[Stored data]

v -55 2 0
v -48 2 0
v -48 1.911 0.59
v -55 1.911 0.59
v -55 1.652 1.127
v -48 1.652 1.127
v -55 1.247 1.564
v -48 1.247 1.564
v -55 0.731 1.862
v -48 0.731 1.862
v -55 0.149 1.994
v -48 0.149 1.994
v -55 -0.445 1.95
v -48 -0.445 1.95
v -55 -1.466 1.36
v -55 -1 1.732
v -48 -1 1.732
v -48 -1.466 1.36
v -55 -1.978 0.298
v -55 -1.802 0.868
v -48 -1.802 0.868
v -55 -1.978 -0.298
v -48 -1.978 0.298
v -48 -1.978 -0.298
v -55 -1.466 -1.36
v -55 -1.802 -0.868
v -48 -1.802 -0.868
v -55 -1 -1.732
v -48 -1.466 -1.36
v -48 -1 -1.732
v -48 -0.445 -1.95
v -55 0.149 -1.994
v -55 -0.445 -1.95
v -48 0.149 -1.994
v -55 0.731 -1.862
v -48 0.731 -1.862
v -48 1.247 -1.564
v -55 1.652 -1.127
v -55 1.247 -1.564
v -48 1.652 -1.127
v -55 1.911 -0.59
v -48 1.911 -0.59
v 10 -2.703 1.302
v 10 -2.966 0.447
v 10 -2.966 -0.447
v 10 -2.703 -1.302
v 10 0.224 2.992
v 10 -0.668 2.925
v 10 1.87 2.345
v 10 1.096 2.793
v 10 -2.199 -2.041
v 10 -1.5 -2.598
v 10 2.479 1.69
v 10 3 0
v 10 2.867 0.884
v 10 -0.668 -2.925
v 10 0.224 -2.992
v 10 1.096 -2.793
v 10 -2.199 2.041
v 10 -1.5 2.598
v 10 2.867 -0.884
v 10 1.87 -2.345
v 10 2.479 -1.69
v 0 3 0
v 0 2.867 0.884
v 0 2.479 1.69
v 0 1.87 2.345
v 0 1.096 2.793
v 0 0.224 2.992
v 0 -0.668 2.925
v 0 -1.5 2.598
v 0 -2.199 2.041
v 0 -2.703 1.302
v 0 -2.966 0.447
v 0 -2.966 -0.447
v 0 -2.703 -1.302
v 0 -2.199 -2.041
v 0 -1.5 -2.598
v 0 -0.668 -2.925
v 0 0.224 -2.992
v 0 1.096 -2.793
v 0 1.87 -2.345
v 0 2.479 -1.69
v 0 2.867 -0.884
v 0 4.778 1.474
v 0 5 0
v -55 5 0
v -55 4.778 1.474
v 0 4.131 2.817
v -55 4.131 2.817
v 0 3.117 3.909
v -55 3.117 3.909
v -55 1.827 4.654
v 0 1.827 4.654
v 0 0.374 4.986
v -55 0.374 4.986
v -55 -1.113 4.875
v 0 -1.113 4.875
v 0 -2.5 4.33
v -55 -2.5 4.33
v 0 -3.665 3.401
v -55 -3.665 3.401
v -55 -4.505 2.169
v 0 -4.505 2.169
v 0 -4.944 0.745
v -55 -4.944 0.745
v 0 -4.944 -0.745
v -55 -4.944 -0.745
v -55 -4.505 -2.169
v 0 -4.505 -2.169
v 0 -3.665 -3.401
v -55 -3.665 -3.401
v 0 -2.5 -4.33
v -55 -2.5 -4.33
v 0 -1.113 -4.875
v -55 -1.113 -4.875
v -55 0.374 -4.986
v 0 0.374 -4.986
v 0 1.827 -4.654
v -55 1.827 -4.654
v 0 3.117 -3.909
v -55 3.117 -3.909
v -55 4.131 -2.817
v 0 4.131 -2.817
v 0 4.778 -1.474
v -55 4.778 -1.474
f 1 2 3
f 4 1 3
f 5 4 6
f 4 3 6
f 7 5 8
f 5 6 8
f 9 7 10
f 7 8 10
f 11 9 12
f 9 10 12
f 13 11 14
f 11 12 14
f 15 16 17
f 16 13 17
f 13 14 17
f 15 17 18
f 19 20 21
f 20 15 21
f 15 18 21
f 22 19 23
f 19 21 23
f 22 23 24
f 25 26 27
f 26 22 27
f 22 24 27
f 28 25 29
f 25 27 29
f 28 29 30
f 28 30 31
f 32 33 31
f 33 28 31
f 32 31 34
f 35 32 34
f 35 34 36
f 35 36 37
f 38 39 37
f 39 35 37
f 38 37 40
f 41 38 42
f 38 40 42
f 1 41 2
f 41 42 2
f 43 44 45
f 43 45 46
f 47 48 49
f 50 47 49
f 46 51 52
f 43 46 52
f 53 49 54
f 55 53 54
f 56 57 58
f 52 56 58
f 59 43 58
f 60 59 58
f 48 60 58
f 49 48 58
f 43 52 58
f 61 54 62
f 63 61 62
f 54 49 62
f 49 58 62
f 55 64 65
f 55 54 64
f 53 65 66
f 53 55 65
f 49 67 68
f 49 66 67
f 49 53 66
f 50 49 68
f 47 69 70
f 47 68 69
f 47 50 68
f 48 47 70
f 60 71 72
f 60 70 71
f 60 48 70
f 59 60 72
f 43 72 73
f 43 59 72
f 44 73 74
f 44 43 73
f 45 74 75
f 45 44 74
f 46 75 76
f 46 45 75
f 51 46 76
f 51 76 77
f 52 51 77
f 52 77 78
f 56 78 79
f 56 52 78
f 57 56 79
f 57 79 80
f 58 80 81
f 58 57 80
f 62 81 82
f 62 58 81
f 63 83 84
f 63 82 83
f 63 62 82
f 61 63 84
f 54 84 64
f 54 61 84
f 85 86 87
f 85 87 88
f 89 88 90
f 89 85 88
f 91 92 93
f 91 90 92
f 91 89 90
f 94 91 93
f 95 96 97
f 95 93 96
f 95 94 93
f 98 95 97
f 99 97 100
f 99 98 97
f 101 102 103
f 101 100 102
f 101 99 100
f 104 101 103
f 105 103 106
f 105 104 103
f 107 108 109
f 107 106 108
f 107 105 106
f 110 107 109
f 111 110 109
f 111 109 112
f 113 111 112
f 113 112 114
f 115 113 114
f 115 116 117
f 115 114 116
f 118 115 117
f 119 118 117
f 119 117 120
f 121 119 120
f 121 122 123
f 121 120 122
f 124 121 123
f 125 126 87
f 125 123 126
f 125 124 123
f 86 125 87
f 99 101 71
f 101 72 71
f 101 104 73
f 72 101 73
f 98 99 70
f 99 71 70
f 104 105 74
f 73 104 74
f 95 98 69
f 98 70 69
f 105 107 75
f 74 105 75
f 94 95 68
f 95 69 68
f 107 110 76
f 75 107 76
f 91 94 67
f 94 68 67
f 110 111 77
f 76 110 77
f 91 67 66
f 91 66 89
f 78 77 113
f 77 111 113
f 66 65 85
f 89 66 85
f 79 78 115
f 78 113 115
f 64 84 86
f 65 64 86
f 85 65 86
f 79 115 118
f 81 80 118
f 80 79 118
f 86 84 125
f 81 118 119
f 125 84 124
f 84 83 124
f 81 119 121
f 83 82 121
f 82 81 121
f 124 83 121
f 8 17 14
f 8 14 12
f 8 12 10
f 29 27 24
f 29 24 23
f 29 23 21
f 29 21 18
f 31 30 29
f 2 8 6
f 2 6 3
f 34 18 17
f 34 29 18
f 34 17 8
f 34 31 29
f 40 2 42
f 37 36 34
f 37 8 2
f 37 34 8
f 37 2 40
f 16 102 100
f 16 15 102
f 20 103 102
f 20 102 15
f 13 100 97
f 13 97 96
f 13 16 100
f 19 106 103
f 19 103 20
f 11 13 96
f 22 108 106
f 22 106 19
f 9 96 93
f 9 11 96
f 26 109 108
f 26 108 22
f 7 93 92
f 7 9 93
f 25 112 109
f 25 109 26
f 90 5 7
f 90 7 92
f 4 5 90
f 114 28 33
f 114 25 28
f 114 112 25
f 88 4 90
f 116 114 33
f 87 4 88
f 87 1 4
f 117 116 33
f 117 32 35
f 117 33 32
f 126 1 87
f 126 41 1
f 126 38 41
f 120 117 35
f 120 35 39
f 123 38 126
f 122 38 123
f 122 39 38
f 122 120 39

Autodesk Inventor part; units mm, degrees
ref_plane "YZ Plane" through (0, 0, 0) normal (1, 0, 0) x (0, 1, 0)
ref_plane "XZ Plane" through (0, 0, 0) normal (0, 1, 0) x (-1, 0, 0)
ref_plane "XY Plane" through (0, 0, 0) normal (0, 0, 1) x (1, 0, 0)
sketch "Skizze1" plane through (0, 0, 0) normal (0, 0, 1) x (1, 0, 0)
  line L0 (10, 0) -> (-48, 0)
  line L1 (-55, 5) -> (0, 5)
  line L2 (0, 5) -> (0, 3)
  line L3 (0, 3) -> (10, 3)
  line L4 (10, 3) -> (10, 0)
  line L5 (-55, 5) -> (-55, 2)
  line L6 (-55, 2) -> (-48, 2)
  line L7 (-48, 2) -> (-48, 0)
  point P0 (0, 0)
  point P1 (0, 4)
  dimension "d0" = 10
  dimension "d2" = 10
  dimension "d3" = 6
  dimension "d8" = 55
  dimension "d9" = 4
  dimension "d12" = 7
revolve "Umdrehung1" add sketch "Skizze1" angle 360 about axis through (10, 0, 0) along (-1, 0, 0)
thread "Gewinde2" size "M6x1" class "6g" standard "ANSI Metric M Profile" length 28
thread "Gewinde3" size "M4x0.7" class "6H" standard "ANSI Metric M Profile" full length
properties part number "Bolzen" material "Eisen, Grau"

Required work – Could you restate word for word the lines above, from the one that contains "f 77 111 113" through the one that contains "f 122 120 39", and no others?

Result –
f 77 111 113
f 66 65 85
f 89 66 85
f 79 78 115
f 78 113 115
f 64 84 86
f 65 64 86
f 85 65 86
f 79 115 118
f 81 80 118
f 80 79 118
f 86 84 125
f 81 118 119
f 125 84 124
f 84 83 124
f 81 119 121
f 83 82 121
f 82 81 121
f 124 83 121
f 8 17 14
f 8 14 12
f 8 12 10
f 29 27 24
f 29 24 23
f 29 23 21
f 29 21 18
f 31 30 29
f 2 8 6
f 2 6 3
f 34 18 17
f 34 29 18
f 34 17 8
f 34 31 29
f 40 2 42
f 37 36 34
f 37 8 2
f 37 34 8
f 37 2 40
f 16 102 100
f 16 15 102
f 20 103 102
f 20 102 15
f 13 100 97
f 13 97 96
f 13 16 100
f 19 106 103
f 19 103 20
f 11 13 96
f 22 108 106
f 22 106 19
f 9 96 93
f 9 11 96
f 26 109 108
f 26 108 22
f 7 93 92
f 7 9 93
f 25 112 109
f 25 109 26
f 90 5 7
f 90 7 92
f 4 5 90
f 114 28 33
f 114 25 28
f 114 112 25
f 88 4 90
f 116 114 33
f 87 4 88
f 87 1 4
f 117 116 33
f 117 32 35
f 117 33 32
f 126 1 87
f 126 41 1
f 126 38 41
f 120 117 35
f 120 35 39
f 123 38 126
f 122 38 123
f 122 39 38
f 122 120 39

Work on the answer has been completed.